Goal of the exercise
Every record must be repeated precisely as it stands.

START Data supplied

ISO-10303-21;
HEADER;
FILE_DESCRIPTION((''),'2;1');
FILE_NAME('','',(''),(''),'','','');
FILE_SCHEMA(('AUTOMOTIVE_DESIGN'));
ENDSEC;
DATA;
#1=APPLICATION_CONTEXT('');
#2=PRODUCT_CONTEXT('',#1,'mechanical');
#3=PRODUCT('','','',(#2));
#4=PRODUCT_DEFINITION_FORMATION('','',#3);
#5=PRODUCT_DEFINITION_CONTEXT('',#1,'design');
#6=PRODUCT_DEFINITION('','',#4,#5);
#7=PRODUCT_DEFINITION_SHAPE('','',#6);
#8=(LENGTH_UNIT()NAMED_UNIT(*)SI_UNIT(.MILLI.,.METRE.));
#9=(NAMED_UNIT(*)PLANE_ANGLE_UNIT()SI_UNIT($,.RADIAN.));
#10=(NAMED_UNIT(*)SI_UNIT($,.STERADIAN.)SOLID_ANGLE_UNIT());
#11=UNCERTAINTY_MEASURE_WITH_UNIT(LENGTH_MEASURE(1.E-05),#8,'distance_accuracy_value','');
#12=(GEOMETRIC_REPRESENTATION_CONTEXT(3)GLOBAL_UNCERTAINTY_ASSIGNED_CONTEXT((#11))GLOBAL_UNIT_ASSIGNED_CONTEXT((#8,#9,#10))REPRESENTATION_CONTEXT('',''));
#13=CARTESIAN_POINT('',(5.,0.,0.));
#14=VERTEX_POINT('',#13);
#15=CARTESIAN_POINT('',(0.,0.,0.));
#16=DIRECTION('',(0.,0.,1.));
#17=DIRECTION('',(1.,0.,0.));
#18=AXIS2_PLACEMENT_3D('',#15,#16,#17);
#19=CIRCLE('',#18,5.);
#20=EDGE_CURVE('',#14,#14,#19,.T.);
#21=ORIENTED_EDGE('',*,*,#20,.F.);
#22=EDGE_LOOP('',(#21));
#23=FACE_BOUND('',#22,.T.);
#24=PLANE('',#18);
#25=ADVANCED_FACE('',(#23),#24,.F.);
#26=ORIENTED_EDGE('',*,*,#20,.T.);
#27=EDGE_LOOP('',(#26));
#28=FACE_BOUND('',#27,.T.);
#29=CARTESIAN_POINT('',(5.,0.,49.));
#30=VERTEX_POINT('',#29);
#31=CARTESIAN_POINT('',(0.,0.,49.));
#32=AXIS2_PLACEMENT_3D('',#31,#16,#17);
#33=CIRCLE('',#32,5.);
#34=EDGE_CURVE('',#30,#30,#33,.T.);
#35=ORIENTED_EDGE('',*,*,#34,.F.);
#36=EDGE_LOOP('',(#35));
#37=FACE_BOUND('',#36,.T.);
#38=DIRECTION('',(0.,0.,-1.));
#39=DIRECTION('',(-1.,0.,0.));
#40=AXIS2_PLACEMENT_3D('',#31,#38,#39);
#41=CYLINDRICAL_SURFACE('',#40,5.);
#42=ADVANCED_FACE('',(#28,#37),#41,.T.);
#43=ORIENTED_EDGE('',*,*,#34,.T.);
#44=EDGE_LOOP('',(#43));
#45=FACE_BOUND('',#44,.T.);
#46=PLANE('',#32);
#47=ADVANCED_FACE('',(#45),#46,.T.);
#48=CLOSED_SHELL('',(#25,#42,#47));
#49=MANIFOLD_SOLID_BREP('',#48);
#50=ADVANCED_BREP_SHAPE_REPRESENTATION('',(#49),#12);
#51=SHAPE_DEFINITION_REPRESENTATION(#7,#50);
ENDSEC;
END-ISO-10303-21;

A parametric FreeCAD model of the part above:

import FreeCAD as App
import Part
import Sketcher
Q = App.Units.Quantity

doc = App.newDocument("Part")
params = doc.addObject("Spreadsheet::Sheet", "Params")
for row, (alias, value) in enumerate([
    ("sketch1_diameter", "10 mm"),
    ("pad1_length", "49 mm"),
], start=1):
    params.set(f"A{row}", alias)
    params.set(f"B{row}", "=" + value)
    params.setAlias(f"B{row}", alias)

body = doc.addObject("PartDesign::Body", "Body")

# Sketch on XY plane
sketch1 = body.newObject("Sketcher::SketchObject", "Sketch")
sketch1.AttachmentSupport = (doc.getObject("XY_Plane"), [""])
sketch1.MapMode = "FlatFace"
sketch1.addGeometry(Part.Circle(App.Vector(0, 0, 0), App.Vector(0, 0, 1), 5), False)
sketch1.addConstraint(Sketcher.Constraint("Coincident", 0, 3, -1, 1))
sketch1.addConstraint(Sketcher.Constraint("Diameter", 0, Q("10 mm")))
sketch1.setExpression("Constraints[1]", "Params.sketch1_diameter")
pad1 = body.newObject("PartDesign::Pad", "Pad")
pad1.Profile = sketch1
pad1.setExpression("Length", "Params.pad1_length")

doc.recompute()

END Data supplied

Result for this task
ISO-10303-21;
HEADER;
FILE_DESCRIPTION((''),'2;1');
FILE_NAME('','',(''),(''),'','','');
FILE_SCHEMA(('AUTOMOTIVE_DESIGN'));
ENDSEC;
DATA;
#1=APPLICATION_CONTEXT('');
#2=PRODUCT_CONTEXT('',#1,'mechanical');
#3=PRODUCT('','','',(#2));
#4=PRODUCT_DEFINITION_FORMATION('','',#3);
#5=PRODUCT_DEFINITION_CONTEXT('',#1,'design');
#6=PRODUCT_DEFINITION('','',#4,#5);
#7=PRODUCT_DEFINITION_SHAPE('','',#6);
#8=(LENGTH_UNIT()NAMED_UNIT(*)SI_UNIT(.MILLI.,.METRE.));
#9=(NAMED_UNIT(*)PLANE_ANGLE_UNIT()SI_UNIT($,.RADIAN.));
#10=(NAMED_UNIT(*)SI_UNIT($,.STERADIAN.)SOLID_ANGLE_UNIT());
#11=UNCERTAINTY_MEASURE_WITH_UNIT(LENGTH_MEASURE(1.E-05),#8,'distance_accuracy_value','');
#12=(GEOMETRIC_REPRESENTATION_CONTEXT(3)GLOBAL_UNCERTAINTY_ASSIGNED_CONTEXT((#11))GLOBAL_UNIT_ASSIGNED_CONTEXT((#8,#9,#10))REPRESENTATION_CONTEXT('',''));
#13=CARTESIAN_POINT('',(5.,0.,0.));
#14=VERTEX_POINT('',#13);
#15=CARTESIAN_POINT('',(0.,0.,0.));
#16=DIRECTION('',(0.,0.,1.));
#17=DIRECTION('',(1.,0.,0.));
#18=AXIS2_PLACEMENT_3D('',#15,#16,#17);
#19=CIRCLE('',#18,5.);
#20=EDGE_CURVE('',#14,#14,#19,.T.);
#21=ORIENTED_EDGE('',*,*,#20,.F.);
#22=EDGE_LOOP('',(#21));
#23=FACE_BOUND('',#22,.T.);
#24=PLANE('',#18);
#25=ADVANCED_FACE('',(#23),#24,.F.);
#26=ORIENTED_EDGE('',*,*,#20,.T.);
#27=EDGE_LOOP('',(#26));
#28=FACE_BOUND('',#27,.T.);
#29=CARTESIAN_POINT('',(5.,0.,49.));
#30=VERTEX_POINT('',#29);
#31=CARTESIAN_POINT('',(0.,0.,49.));
#32=AXIS2_PLACEMENT_3D('',#31,#16,#17);
#33=CIRCLE('',#32,5.);
#34=EDGE_CURVE('',#30,#30,#33,.T.);
#35=ORIENTED_EDGE('',*,*,#34,.F.);
#36=EDGE_LOOP('',(#35));
#37=FACE_BOUND('',#36,.T.);
#38=DIRECTION('',(0.,0.,-1.));
#39=DIRECTION('',(-1.,0.,0.));
#40=AXIS2_PLACEMENT_3D('',#31,#38,#39);
#41=CYLINDRICAL_SURFACE('',#40,5.);
#42=ADVANCED_FACE('',(#28,#37),#41,.T.);
#43=ORIENTED_EDGE('',*,*,#34,.T.);
#44=EDGE_LOOP('',(#43));
#45=FACE_BOUND('',#44,.T.);
#46=PLANE('',#32);
#47=ADVANCED_FACE('',(#45),#46,.T.);
#48=CLOSED_SHELL('',(#25,#42,#47));
#49=MANIFOLD_SOLID_BREP('',#48);
#50=ADVANCED_BREP_SHAPE_REPRESENTATION('',(#49),#12);
#51=SHAPE_DEFINITION_REPRESENTATION(#7,#50);
ENDSEC;
END-ISO-10303-21;

A parametric FreeCAD model of the part above:

import FreeCAD as App
import Part
import Sketcher
Q = App.Units.Quantity

doc = App.newDocument("Part")
params = doc.addObject("Spreadsheet::Sheet", "Params")
for row, (alias, value) in enumerate([
    ("sketch1_diameter", "10 mm"),
    ("pad1_length", "49 mm"),
], start=1):
    params.set(f"A{row}", alias)
    params.set(f"B{row}", "=" + value)
    params.setAlias(f"B{row}", alias)

body = doc.addObject("PartDesign::Body", "Body")

# Sketch on XY plane
sketch1 = body.newObject("Sketcher::SketchObject", "Sketch")
sketch1.AttachmentSupport = (doc.getObject("XY_Plane"), [""])
sketch1.MapMode = "FlatFace"
sketch1.addGeometry(Part.Circle(App.Vector(0, 0, 0), App.Vector(0, 0, 1), 5), False)
sketch1.addConstraint(Sketcher.Constraint("Coincident", 0, 3, -1, 1))
sketch1.addConstraint(Sketcher.Constraint("Diameter", 0, Q("10 mm")))
sketch1.setExpression("Constraints[1]", "Params.sketch1_diameter")
pad1 = body.newObject("PartDesign::Pad", "Pad")
pad1.Profile = sketch1
pad1.setExpression("Length", "Params.pad1_length")

doc.recompute()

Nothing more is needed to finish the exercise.